Combinatorics is an area of mathematics primarily concerned with counting, both as a means and an end in obtaining results, and certain properties of finite structures. It is closely related to many other areas of mathematics and has many applications ranging from logic to statistical physics, from evolutionary biology to computer science, etc.
The full scope of combinatorics is not universally agreed upon. According to H.J. Ryser, a definition of the subject is difficult because it crosses so many mathematical subdivisions. Insofar as an area can be described by the types of problems it addresses, combinatorics is involved with:

the enumeration (counting) of specified structures, sometimes referred to as arrangements or configurations in a very general sense, associated with finite systems,
the existence of such structures that satisfy certain given criteria,
the construction of these structures, perhaps in many ways, and
optimization: finding the "best" structure or solution among several possibilities, be it the "largest", "smallest" or satisfying some other optimality criterion.Leon Mirsky has said: "combinatorics is a range of linked studies which have something in common and yet diverge widely in their objectives, their methods, and the degree of coherence they have attained." One way to define combinatorics is, perhaps, to describe its subdivisions with their problems and techniques. This is the approach that is used below. However, there are also purely historical reasons for including or not including some topics under the combinatorics umbrella. Although primarily concerned with finite systems, some combinatorial questions and techniques can be extended to an infinite (specifically, countable) but discrete setting.

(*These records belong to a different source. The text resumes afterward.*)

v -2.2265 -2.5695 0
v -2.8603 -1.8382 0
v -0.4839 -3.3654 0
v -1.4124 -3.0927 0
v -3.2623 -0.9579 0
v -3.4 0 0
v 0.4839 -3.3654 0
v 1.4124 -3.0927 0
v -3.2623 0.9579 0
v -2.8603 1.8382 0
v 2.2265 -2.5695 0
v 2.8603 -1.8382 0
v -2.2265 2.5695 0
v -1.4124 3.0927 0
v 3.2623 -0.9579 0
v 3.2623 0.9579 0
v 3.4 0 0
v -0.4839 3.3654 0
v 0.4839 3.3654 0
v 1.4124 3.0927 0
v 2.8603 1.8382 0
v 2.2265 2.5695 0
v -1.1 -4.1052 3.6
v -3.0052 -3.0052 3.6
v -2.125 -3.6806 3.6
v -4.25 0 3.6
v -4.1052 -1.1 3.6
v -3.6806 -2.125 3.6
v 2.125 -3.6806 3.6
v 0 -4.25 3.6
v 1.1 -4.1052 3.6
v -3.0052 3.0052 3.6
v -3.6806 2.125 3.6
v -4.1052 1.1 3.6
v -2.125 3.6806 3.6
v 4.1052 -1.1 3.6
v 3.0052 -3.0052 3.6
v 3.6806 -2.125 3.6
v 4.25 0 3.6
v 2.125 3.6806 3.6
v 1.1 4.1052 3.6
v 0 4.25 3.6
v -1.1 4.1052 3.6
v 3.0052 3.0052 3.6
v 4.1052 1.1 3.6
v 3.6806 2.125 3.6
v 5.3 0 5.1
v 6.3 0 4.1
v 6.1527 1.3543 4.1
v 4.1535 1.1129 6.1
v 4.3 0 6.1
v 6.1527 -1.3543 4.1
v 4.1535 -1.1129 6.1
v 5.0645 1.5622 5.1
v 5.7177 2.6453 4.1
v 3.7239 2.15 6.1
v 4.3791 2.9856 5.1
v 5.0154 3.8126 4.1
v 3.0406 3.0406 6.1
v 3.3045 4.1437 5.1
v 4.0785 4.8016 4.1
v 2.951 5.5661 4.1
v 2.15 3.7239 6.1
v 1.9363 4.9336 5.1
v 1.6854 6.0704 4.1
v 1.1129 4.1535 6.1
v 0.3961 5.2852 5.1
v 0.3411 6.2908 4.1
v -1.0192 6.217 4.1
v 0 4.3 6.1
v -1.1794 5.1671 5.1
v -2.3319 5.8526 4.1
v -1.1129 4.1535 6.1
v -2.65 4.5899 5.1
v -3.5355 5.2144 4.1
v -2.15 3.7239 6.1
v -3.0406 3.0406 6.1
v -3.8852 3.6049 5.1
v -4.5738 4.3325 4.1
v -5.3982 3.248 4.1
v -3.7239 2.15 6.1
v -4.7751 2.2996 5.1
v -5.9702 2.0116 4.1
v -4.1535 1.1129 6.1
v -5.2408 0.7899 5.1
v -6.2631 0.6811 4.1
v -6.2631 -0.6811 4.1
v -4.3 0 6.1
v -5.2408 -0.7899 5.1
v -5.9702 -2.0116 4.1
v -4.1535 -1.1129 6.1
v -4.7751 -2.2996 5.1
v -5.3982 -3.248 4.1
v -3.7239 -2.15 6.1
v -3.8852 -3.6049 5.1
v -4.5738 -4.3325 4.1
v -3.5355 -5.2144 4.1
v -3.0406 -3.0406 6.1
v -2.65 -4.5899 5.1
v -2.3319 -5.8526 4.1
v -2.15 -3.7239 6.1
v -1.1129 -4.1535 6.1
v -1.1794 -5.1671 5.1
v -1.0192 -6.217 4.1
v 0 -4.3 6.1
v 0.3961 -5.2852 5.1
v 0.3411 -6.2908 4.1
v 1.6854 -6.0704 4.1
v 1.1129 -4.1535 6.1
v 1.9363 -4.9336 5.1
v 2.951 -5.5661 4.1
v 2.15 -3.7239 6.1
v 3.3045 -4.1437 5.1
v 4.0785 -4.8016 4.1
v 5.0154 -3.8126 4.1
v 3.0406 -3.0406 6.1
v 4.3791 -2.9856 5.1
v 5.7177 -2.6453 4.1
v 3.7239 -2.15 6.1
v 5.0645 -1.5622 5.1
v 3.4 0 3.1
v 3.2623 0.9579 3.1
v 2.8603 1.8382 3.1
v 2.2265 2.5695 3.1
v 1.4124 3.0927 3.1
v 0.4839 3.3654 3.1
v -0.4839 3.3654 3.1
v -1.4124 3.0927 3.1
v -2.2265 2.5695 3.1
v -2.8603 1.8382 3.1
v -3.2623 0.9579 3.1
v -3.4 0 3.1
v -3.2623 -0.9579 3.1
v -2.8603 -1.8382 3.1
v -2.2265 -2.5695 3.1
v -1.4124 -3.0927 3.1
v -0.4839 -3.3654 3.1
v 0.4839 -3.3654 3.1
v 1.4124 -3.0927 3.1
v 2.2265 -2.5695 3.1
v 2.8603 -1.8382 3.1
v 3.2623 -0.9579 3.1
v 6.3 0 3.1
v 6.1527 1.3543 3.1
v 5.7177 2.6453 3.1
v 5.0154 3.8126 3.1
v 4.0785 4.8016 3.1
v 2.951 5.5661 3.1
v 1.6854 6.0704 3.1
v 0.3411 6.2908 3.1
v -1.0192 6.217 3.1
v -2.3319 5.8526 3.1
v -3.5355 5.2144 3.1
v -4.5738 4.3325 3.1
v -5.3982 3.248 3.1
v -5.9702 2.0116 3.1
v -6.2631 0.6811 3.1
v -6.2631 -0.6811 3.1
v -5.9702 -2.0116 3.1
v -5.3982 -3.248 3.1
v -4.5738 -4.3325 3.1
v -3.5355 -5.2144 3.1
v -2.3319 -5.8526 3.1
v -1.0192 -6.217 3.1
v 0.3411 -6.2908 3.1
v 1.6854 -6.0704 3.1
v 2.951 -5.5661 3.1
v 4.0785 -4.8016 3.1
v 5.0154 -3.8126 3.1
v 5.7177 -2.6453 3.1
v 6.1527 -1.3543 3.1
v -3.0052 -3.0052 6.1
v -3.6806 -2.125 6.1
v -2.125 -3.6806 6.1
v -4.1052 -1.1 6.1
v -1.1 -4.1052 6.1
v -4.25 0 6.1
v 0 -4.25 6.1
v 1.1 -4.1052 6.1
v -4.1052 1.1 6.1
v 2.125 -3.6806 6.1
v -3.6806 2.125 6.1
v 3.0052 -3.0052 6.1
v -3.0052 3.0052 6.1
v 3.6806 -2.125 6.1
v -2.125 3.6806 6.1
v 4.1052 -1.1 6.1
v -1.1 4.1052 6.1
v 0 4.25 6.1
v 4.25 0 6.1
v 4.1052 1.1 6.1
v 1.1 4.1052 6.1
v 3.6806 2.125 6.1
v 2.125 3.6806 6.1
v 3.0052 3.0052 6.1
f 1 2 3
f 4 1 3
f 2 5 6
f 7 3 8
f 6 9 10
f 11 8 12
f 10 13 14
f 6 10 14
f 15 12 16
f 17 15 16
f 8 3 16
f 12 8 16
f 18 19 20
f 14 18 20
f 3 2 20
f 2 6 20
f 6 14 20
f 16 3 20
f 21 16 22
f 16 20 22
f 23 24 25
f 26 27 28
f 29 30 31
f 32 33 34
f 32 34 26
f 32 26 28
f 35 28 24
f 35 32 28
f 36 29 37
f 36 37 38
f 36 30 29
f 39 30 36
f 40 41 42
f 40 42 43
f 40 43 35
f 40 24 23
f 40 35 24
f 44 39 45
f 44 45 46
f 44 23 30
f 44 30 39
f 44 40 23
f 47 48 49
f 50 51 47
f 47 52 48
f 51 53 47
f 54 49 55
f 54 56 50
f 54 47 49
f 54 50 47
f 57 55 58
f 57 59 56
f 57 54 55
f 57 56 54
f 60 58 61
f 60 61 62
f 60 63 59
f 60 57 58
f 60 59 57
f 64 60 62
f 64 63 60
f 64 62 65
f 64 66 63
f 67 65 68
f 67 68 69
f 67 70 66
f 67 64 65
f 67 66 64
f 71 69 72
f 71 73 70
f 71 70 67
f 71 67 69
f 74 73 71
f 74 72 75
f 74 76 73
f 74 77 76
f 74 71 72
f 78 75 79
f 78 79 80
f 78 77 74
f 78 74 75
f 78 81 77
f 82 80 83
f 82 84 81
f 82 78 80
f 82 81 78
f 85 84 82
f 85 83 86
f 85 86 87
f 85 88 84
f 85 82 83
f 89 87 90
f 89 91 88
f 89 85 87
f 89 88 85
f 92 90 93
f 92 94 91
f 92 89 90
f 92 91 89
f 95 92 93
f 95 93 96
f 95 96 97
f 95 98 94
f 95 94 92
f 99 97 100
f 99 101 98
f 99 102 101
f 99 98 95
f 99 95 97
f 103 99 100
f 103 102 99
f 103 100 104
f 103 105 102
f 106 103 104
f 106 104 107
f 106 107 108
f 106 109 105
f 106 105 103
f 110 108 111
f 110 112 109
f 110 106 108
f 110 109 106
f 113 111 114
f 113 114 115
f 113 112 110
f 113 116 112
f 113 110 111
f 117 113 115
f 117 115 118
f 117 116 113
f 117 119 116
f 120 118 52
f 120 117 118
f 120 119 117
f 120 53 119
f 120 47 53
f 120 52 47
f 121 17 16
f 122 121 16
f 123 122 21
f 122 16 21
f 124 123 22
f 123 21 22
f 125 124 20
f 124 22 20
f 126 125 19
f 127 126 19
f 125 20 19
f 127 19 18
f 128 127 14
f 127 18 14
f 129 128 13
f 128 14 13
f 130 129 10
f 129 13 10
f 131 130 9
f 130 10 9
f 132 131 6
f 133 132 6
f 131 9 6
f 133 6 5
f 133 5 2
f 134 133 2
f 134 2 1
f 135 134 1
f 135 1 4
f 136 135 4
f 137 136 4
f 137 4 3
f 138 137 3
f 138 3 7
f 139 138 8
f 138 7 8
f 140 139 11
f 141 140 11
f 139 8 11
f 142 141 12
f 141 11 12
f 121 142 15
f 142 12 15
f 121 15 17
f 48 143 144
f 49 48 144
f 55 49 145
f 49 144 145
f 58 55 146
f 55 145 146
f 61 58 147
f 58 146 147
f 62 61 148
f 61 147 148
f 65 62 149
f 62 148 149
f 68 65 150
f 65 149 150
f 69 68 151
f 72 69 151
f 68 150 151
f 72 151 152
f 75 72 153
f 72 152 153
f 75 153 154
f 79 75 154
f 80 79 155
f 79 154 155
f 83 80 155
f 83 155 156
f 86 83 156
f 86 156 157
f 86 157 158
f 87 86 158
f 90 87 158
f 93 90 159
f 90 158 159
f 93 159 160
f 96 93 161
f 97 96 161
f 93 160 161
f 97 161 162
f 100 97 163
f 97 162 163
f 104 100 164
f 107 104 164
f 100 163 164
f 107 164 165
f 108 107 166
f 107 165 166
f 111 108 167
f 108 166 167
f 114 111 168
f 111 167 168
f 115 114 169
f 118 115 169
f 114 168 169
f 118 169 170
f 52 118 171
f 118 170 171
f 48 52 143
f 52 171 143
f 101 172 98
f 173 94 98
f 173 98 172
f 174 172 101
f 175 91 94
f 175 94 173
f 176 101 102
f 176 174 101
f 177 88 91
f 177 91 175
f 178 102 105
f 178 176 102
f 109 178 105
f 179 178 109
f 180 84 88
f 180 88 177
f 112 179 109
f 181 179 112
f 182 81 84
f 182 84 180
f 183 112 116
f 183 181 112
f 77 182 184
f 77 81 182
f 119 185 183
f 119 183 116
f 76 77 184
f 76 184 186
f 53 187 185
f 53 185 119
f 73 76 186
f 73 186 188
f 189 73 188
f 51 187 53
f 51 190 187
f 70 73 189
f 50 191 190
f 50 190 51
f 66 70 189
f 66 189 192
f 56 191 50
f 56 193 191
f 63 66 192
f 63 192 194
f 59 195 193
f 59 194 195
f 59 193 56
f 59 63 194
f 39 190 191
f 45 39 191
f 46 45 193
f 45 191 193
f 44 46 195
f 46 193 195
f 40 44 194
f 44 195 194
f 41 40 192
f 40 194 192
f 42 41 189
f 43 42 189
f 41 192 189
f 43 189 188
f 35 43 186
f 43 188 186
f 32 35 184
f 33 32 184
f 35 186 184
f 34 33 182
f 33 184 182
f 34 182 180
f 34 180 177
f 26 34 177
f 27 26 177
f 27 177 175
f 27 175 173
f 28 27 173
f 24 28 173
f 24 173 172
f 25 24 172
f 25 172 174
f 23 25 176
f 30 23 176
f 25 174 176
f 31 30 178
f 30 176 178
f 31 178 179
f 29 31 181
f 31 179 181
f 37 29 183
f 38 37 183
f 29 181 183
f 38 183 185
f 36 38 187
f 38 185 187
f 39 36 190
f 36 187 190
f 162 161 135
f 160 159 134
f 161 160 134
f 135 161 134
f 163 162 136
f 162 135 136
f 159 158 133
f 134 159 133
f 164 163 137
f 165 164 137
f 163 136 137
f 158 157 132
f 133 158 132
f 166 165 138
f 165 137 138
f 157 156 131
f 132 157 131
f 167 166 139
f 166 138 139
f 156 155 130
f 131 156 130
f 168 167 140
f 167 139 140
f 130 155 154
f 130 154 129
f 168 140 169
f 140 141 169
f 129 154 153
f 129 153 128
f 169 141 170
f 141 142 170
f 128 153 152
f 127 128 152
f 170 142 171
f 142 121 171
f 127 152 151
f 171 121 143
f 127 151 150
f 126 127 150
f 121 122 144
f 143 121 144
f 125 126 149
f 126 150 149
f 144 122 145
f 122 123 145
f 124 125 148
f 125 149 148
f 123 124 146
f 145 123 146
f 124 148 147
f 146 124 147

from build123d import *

# Parameters (mm, degrees)
F0_R     = 3.4
F1_DEPTH = 3.1
F2_R     = 6.3
F3_DEPTH = 3
F4_SIZE  = 2
F5_R     = 4.25
F6_DEPTH = 2.5


with BuildPart() as f1:
    # F0 (on Top) → F1 (new body)
    with BuildSketch(Plane.XY):
        Circle(F0_R)
    extrude(amount=F1_DEPTH)

    # F2 (on face) → F3 (join)
    with BuildSketch(Plane.XY.offset(3.1)):
        Circle(F2_R)
    extrude(amount=F3_DEPTH)

    # F4
    f4_edges = [f1.edges().sort_by_distance(p)[0] for p in [
        (-6.3, 0, 6.1),
    ]]
    chamfer(f4_edges, length=F4_SIZE)

    # F5 (on face) → F6 (cut)
    with BuildSketch(Plane.XY.offset(6.1)):
        Circle(F5_R)
    extrude(amount=-F6_DEPTH, mode=Mode.SUBTRACT)


solid = f1.part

Combinatorics is well known for the breadth of the problems it tackles. Combinatorial problems arise in many areas of pure mathematics, notably in algebra, probability theory, topology, and geometry, as well as in its many application areas. Many combinatorial questions have historically been considered in isolation, giving an ad hoc solution to a problem arising in some mathematical context. In the later twentieth century, however, powerful and general theoretical methods were developed, making combinatorics into an independent branch of mathematics in its own right. One of the oldest and most accessible parts of combinatorics is graph theory, which by itself has numerous natural connections to other areas. Combinatorics is used frequently in computer science to obtain formulas and estimates in the analysis of algorithms.
A mathematician who studies combinatorics is called a combinatorialist.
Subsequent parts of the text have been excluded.